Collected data
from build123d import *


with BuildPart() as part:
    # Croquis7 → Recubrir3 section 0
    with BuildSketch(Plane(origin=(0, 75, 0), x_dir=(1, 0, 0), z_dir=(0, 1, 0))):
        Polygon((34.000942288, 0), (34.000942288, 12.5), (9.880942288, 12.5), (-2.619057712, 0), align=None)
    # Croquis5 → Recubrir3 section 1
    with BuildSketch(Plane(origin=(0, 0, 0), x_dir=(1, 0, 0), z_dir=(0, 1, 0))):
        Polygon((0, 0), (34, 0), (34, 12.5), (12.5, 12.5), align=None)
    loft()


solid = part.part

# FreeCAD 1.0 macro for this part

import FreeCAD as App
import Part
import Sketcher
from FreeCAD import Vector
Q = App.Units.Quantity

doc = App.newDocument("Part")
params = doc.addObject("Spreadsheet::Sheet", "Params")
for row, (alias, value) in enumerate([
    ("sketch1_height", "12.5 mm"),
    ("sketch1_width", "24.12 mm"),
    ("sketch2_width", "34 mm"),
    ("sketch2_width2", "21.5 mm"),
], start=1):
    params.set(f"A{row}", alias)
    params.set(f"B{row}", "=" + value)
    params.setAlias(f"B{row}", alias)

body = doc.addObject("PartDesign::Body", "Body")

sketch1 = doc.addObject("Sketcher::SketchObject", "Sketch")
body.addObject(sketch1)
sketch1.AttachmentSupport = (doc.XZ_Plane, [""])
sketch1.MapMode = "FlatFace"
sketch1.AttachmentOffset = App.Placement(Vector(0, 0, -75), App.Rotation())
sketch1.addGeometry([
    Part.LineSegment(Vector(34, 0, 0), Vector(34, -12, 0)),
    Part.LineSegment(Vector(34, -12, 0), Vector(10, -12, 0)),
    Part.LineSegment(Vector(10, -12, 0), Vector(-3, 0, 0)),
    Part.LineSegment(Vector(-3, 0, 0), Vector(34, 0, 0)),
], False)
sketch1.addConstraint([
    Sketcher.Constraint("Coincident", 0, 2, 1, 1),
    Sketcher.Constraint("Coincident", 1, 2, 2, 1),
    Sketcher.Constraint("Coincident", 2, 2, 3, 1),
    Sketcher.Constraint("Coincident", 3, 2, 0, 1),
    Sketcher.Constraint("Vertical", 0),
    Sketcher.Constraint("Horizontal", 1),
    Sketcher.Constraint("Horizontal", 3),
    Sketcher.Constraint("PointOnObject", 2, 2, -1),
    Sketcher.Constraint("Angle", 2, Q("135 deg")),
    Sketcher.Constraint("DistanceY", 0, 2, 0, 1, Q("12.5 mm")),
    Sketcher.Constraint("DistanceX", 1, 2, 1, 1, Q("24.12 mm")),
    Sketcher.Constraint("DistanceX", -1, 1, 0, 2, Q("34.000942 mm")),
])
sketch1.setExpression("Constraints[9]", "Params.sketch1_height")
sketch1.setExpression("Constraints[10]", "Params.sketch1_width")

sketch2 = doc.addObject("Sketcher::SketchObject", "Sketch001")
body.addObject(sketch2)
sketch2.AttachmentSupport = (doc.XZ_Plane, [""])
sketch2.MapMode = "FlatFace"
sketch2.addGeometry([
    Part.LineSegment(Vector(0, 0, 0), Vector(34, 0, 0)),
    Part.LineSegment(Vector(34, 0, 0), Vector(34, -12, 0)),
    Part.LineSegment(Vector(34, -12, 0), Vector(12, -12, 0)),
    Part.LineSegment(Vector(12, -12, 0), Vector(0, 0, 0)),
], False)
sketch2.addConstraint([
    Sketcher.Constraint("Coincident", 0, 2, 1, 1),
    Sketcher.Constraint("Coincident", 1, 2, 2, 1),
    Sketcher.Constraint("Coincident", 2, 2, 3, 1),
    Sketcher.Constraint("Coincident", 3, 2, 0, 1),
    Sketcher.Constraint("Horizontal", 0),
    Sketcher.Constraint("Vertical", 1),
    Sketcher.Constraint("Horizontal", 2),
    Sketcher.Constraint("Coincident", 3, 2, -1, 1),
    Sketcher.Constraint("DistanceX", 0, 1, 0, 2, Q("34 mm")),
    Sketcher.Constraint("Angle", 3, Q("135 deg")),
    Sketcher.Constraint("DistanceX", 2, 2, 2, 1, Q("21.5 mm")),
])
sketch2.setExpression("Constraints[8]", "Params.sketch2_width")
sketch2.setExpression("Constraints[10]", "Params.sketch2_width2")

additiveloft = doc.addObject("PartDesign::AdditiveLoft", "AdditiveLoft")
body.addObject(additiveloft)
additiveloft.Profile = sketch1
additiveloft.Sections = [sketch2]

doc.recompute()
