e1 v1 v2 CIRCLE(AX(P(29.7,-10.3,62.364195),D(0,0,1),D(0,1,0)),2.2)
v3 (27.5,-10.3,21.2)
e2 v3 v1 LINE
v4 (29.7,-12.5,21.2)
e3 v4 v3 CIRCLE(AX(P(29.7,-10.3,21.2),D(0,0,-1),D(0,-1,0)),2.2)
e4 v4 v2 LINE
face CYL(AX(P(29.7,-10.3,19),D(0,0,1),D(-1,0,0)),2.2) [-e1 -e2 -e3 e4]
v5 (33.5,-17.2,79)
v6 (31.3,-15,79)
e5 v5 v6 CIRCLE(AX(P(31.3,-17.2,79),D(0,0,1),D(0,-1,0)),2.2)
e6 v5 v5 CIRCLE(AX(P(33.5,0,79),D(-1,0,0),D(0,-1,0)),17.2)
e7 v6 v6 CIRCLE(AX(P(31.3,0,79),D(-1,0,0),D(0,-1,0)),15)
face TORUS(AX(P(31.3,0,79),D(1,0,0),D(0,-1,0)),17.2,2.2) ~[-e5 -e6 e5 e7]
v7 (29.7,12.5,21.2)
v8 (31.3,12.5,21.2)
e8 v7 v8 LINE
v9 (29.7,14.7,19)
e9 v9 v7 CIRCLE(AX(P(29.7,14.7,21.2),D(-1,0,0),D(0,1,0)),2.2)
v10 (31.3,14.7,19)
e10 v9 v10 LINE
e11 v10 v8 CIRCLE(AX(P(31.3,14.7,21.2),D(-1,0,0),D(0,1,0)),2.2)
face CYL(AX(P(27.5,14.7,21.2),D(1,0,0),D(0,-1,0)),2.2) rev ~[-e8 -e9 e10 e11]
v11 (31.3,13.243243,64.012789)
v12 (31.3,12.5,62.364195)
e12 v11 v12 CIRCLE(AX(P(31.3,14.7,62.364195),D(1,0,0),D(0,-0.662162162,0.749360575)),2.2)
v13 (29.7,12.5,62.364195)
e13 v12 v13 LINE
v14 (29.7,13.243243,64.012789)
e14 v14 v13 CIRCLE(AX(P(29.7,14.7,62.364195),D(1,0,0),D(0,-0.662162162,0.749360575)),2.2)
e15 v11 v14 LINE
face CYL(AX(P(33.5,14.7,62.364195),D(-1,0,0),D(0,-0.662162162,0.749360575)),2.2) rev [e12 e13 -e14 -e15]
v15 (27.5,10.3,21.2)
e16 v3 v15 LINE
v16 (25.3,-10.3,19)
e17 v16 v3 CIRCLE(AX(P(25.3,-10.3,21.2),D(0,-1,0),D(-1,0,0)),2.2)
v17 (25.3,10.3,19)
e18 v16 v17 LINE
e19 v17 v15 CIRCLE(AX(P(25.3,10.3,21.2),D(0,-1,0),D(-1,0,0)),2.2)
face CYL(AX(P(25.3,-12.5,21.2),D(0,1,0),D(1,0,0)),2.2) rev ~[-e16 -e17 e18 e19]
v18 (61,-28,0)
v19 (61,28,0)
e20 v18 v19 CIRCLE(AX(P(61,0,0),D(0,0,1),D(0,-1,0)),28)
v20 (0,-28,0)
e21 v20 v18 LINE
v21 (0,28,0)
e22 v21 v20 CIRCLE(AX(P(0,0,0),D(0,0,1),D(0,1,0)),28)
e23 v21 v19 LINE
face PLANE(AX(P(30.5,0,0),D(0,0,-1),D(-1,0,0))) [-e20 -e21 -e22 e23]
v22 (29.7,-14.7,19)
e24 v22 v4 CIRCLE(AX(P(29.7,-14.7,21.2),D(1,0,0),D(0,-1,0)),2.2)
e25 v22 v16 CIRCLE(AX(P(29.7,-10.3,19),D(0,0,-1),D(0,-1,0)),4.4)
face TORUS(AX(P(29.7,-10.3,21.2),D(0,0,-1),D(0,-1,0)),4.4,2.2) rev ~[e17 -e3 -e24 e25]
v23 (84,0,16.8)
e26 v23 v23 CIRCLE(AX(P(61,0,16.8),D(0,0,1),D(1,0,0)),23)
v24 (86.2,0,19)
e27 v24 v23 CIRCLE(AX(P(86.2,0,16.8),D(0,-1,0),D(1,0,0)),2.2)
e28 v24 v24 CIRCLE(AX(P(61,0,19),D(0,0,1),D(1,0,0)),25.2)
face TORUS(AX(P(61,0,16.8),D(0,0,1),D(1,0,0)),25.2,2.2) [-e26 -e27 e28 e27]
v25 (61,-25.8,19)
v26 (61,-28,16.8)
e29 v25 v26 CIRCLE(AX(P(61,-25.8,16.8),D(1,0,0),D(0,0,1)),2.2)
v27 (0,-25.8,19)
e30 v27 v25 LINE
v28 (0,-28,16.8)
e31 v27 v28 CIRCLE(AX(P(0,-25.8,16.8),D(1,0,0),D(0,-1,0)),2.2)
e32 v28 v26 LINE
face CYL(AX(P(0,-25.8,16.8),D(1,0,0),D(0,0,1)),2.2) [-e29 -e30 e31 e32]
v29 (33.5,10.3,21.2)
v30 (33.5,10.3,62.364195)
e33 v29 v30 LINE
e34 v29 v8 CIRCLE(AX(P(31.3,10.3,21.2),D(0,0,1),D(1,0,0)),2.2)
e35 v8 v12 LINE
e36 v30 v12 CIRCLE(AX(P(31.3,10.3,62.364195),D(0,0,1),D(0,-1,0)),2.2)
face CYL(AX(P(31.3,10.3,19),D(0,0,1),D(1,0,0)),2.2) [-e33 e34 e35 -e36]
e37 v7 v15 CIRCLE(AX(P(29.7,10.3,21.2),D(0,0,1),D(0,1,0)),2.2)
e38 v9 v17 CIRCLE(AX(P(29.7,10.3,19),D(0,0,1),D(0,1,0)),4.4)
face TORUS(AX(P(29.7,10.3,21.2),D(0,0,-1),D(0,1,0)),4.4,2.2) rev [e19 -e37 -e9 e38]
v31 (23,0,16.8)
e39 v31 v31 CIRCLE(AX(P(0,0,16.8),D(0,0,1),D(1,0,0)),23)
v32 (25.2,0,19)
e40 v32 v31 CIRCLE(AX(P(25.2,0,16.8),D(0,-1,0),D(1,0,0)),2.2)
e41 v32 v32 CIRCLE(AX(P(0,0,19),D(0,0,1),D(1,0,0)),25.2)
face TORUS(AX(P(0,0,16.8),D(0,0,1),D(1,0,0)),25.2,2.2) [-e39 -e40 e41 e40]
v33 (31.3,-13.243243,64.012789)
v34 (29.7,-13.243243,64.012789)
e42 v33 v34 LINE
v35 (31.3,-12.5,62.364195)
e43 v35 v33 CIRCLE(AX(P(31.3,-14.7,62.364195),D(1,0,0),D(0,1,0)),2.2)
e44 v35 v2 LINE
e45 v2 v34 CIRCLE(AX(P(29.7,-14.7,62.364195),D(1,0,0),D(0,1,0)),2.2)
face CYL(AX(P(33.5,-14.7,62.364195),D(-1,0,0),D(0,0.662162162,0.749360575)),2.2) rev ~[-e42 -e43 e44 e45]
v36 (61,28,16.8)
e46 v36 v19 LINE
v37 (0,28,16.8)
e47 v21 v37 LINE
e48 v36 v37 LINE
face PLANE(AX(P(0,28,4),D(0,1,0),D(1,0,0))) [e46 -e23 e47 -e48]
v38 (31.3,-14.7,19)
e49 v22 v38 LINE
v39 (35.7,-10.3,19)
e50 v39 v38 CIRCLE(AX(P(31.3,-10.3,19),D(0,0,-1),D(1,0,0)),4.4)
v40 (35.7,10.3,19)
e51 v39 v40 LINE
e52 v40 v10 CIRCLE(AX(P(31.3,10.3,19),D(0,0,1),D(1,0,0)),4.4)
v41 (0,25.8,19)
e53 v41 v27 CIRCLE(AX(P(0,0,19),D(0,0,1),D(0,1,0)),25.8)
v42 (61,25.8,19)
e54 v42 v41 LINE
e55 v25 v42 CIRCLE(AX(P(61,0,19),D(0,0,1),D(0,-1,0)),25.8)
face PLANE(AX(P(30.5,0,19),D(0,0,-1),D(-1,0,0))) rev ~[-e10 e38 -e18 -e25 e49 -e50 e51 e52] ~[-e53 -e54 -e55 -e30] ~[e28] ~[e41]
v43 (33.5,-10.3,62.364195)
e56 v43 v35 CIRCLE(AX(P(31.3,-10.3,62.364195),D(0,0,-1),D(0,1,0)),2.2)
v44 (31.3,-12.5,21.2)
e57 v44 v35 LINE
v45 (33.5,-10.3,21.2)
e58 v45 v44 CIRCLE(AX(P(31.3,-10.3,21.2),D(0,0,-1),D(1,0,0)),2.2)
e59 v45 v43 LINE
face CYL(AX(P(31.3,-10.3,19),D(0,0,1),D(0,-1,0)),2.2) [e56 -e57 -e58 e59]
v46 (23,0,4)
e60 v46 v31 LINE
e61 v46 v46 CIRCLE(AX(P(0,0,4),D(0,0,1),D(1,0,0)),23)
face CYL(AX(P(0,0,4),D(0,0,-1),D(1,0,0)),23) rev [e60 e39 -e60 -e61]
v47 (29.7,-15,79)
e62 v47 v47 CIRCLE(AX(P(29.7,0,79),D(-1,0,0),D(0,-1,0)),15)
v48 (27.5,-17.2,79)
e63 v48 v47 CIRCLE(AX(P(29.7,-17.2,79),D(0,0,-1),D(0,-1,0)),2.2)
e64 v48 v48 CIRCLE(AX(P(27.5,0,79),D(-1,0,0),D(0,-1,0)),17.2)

• Work request: Retype, exactly and in full, the lines above from the one containing "v45 (33.5,-10.3,21.2)" through the one containing "e61 v46 v46".

• Reply to the task:
v45 (33.5,-10.3,21.2)
e58 v45 v44 CIRCLE(AX(P(31.3,-10.3,21.2),D(0,0,-1),D(1,0,0)),2.2)
e59 v45 v43 LINE
face CYL(AX(P(31.3,-10.3,19),D(0,0,1),D(0,-1,0)),2.2) [e56 -e57 -e58 e59]
v46 (23,0,4)
e60 v46 v31 LINE
e61 v46 v46 CIRCLE(AX(P(0,0,4),D(0,0,1),D(1,0,0)),23)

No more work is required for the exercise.